18% of those not online answered: “I’m not interested in anything on the Internet”
– this exceeds the 12% who said they either weren’t sure how to use the Internet or couldn’t afford a computer
– A Children’s Partnership report “Online Content for Low-Income…” report

It is CONTENT, not lack of access that is a barrier and solutions
Lack of local information – lack of local information: provide practical information focusing on local community
Literacy barriers, language barriers – develop inforation at a basic literacy level, online translation tools
Cultural diversity – information in native languages, provide relevant health, social and cultural information

digitalaccess.org – The Digital Access Project supports technology access and digital literacy efforts in the Twin Cities

Westerlund Collaboration Convention 2010
– 70% of Internet webpages are in English

Deeper causes for the digital divide
– a generational issue
– a cultural issue
– an educational issue: do you have the basic training to use it?

deeper causes is not HAVING ACCESS (that’s a small part) – these three issues (above) are the root

Cartoon caption: “I’m hungry. If we had a computer, we would have been able to order it on the computer”

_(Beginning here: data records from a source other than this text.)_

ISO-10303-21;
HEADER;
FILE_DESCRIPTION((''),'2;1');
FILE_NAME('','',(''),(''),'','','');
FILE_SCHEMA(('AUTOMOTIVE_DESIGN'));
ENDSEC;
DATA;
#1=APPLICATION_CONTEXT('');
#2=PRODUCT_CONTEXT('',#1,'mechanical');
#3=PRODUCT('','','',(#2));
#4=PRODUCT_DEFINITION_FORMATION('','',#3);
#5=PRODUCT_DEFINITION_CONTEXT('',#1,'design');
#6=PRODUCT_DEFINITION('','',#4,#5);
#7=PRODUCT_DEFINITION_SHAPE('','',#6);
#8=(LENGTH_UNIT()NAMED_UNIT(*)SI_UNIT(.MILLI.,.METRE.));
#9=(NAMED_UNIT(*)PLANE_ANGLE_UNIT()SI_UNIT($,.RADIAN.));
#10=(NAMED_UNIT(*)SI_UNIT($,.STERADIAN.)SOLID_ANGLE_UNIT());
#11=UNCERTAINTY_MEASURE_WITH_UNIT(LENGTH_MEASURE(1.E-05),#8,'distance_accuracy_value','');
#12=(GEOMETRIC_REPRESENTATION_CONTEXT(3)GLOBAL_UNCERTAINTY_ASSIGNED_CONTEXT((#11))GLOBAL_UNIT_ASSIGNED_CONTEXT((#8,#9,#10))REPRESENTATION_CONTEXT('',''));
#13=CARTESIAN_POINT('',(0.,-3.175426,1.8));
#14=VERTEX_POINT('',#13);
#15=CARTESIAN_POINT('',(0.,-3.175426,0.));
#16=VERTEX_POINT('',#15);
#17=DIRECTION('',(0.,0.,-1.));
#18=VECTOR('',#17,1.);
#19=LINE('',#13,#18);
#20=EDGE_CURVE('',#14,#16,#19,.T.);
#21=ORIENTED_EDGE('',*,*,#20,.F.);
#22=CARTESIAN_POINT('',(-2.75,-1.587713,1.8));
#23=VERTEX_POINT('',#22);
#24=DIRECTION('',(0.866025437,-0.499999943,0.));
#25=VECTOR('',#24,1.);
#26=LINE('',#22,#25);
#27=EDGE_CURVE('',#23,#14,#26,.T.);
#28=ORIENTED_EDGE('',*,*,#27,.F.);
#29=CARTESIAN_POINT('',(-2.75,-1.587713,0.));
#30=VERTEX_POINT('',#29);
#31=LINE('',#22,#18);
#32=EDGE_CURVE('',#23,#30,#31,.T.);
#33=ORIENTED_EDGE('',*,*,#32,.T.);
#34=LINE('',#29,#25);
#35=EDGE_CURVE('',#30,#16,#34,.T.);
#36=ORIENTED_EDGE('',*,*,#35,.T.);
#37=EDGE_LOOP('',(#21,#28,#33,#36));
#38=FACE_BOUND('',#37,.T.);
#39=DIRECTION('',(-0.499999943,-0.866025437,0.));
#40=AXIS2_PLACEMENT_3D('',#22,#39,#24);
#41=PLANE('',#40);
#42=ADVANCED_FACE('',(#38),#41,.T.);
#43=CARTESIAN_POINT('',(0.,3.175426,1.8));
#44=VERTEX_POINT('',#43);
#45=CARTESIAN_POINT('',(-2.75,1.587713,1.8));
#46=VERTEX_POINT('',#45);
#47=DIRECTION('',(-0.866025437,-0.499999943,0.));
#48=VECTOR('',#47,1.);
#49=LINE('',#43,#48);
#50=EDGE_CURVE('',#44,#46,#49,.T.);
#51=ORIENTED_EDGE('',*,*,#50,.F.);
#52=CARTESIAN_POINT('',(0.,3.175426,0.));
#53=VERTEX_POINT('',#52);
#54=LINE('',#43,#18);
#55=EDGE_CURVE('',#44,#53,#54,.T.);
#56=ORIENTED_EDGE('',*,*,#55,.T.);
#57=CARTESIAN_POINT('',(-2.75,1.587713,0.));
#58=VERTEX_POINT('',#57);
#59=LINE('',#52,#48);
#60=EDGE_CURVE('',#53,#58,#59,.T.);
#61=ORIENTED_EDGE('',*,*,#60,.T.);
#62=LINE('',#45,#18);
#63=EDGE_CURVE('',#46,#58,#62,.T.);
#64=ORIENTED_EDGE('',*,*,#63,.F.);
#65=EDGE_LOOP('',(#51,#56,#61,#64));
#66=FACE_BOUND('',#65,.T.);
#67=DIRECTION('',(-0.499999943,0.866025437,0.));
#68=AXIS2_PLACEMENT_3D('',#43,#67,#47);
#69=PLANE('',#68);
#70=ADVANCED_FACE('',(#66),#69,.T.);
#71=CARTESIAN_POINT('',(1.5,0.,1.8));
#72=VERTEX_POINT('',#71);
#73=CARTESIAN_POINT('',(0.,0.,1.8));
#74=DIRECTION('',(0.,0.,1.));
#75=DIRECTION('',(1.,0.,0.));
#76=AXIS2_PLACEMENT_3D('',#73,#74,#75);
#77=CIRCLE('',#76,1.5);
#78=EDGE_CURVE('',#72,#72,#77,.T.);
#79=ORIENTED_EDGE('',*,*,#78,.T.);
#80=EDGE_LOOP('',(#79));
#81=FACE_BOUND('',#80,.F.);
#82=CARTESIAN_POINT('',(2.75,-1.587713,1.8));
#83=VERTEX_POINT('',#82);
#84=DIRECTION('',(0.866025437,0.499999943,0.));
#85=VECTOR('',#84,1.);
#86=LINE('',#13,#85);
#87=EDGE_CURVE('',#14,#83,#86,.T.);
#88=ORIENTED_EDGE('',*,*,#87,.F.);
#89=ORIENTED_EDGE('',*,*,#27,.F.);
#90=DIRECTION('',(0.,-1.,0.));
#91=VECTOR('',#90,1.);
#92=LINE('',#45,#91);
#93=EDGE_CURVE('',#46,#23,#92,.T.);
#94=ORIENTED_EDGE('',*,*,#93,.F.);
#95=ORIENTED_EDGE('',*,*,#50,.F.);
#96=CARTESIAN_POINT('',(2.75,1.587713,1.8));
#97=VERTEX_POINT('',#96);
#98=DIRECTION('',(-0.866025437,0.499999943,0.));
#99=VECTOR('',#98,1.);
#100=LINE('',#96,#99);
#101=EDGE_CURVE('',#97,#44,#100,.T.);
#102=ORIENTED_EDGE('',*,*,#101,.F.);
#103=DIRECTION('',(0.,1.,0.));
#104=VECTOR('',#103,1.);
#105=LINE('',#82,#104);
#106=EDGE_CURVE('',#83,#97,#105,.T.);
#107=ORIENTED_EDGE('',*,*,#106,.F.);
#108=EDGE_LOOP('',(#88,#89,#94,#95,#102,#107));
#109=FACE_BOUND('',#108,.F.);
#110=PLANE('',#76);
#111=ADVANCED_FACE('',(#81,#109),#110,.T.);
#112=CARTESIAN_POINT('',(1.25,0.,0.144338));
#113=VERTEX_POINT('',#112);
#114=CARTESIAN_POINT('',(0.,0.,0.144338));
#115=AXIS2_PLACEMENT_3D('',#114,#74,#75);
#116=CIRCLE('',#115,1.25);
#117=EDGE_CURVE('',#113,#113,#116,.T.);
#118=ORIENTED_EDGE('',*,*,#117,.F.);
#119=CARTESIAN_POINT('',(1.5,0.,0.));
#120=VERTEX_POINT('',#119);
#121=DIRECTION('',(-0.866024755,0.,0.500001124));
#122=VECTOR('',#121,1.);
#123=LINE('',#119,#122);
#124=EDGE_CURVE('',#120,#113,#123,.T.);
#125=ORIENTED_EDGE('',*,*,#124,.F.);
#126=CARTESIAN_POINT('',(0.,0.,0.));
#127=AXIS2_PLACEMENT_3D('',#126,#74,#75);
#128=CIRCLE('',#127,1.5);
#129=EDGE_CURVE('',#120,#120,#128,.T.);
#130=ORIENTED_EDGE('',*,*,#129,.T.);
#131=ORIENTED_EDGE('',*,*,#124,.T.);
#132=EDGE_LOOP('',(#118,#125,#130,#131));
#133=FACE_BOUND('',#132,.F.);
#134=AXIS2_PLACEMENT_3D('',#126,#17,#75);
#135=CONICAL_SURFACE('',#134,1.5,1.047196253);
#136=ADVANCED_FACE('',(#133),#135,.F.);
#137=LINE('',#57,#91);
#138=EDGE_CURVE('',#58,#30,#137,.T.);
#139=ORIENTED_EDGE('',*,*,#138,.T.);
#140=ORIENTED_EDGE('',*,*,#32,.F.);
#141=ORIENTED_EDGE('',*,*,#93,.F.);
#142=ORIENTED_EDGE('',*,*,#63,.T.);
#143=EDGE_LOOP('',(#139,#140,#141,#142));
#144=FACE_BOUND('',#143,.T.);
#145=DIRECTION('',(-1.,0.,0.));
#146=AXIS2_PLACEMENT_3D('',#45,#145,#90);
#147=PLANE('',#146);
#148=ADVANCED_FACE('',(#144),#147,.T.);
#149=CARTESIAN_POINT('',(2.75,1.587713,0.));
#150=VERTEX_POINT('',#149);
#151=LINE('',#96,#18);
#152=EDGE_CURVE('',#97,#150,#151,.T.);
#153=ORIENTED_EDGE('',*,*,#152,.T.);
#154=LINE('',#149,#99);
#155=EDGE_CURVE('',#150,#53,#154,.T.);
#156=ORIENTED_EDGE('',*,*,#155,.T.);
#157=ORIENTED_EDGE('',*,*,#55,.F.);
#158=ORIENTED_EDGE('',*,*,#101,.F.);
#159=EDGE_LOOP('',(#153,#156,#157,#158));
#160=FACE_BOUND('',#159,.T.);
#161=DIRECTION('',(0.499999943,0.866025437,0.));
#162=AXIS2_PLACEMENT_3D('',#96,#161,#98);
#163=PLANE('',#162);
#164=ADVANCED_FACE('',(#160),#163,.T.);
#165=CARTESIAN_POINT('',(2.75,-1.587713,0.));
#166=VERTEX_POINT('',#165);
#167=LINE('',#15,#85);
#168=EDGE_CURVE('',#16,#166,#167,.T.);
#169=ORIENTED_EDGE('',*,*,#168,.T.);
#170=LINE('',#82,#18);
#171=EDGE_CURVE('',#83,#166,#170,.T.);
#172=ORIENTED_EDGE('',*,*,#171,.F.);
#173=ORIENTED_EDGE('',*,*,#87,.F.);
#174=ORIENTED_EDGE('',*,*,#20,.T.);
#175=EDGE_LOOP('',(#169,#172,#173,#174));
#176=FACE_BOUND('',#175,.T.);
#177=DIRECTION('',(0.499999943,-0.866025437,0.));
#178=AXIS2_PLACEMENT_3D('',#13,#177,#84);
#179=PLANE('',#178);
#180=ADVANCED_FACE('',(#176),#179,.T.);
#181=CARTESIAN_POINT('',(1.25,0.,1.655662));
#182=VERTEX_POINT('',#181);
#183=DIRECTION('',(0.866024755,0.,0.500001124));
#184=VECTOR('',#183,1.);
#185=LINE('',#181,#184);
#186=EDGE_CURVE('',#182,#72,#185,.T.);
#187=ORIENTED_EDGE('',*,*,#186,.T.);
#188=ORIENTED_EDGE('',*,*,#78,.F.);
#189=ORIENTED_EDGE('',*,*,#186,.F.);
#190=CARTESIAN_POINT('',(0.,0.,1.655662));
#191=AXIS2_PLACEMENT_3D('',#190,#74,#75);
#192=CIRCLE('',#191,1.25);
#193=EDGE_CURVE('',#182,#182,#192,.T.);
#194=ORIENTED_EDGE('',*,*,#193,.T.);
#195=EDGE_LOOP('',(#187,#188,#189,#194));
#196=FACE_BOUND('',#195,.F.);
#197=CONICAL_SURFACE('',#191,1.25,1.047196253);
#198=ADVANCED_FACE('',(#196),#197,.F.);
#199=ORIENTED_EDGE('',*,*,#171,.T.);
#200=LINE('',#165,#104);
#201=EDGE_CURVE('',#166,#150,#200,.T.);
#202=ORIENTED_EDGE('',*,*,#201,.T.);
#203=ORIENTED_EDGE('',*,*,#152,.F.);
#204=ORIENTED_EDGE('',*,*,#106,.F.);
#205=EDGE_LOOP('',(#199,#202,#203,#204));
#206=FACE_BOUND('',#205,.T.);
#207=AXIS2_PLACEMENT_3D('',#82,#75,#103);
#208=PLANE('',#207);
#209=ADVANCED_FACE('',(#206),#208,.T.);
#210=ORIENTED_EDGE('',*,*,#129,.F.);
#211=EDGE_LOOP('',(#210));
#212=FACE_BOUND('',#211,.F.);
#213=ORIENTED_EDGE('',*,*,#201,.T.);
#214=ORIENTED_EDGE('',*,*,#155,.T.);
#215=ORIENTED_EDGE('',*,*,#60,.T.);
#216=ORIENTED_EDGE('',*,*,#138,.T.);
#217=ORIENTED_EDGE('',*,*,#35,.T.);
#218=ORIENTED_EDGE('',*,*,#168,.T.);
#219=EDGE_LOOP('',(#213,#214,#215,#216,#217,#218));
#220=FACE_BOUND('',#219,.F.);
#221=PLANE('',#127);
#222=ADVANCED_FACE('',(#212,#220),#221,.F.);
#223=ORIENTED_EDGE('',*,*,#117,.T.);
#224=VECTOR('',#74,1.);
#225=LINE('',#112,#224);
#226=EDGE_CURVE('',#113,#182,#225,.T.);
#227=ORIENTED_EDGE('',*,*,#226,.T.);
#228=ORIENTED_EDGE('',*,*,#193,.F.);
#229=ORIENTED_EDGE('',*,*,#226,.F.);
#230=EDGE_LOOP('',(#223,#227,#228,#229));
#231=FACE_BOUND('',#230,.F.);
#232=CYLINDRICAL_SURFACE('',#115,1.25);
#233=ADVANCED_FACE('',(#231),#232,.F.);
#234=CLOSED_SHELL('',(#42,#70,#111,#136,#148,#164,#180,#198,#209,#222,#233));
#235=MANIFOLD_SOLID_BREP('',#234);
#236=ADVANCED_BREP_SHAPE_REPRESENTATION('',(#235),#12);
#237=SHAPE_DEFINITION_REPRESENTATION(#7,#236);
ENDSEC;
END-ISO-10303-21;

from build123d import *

# Parameters (mm, degrees)
SKETCH001_R  = 3.5
POCKET_DEPTH = 1.8


with BuildPart() as part:
    # Sketch → Revolution (revolve)
    with BuildSketch(Plane.XZ):
        Polygon((1.5, 0), (1.25, 0.144338), (1.25, 1.655662), (1.5, 1.8), (3.5, 1.8), (3.5, 0), align=None)
    revolve(axis=Axis((0, 0, 0), (0, 0, 1)))

    # Sketch001 → Pocket (cut)
    with BuildSketch(Plane(origin=(0, 0, 1.8), x_dir=(-1, 0, 0), z_dir=(0, 0, 1))):
        Circle(SKETCH001_R)
        Polygon((-2.75, 1.587713), (-2.75, -1.587713), (0, -3.175426), (2.75, -1.587713), (2.75, 1.587713), (0, 3.175426), align=None, mode=Mode.SUBTRACT)
    extrude(amount=-POCKET_DEPTH, mode=Mode.SUBTRACT)


solid = part.part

My favorite slide of the whole thing: Left brain, right brain, new brain
– Google “digital brain”
– the Internet is nothing less than the equivalent of the phonetic alphabet in ancient Greece (this explained the development of poetry in Greece)
– Students are acquiring new, desirable skills: networking, associative logic, graphic literacy, information space, multi-tasking

Power of ICT
– user-driven media is exploding around the world, it is NOT a Western fad
– blogs are being created places like China and Singapore, where traditional media is restricted
– human rights and democracy movements can benefit

examples: Burma VJ movie (a film shown during the international film festival, about the 2004 uprising in Burma when the monks protested government oppression)
VJ stands for video journalist
– footage was smuggled to Oslo, Norway, and then went to CNN – that is how the story got out
– done with handheld cameras
– eventually they shut down the Internet in Burma
– this is an example of where people without any voice, get to share their voice through the power of the Internet

Other examples:
– Edutopia Expeditionary Larning: Students as Critical Consumers of Media (how George Lucas teaches students how to critically look at media)
The Digital Divide: Where We Are | Edutopia

should we reThink Literacy in light of what you just heard
– is technology literacy part of your definition YET?
– ICT provides new opportunities for knowledge creation, should we expand our centuries-old definition and our assumptions of literacy
– what is your definition of literacy

From Carl Anderson:
Seymour Papert calls “letteracy” what we typically call “literacy” in schools
MY ADDITION – See Obsolete Skill Set: The 3 Rs — “Literacy and Letteracy in the Media Ages” By Seymour Papert (This article appeared in Wired Magazine in fall of 1993)

ISTE’s National Educational Technology Standards for Students
– creativity and innovation: students should be able to use technology and their existing knowledge to generate NEW ideas, products and processes
– more…

Are your English learners working toward meeting these standards?

National Educational Technology Plan 2010: Transforming American Education – Learning Powered by Technology (this came out this month)

Now showing video of “The School of One” in NYC

Program Overview from NYCDOE Teacher Development on Vimeo.

MY THOUGHTS: I AM DEFINITELY SUPPORTIVE OF 1:1. I NEED TO LEARN MORE ABOUT “THE SCHOOL OF ONE” TO FORM AN OPINION ABOUT THEIR APPROACH. A BLENDED AND DIFFERENTIATED APPROACH SOUNDS GOOD. THIS IS NYC SCHOOLS, HOWEVER, AND WITH ALL THE “STUFF” WE’VE HEARD ABOUT GOING ON THERE I’D LIKE TO SEE MORE THAN THIS HIGHLY POLISHED PR PIECE TO MAKE UP MY MIND ABOUT WHAT THEY ARE ACTUALLY DOING.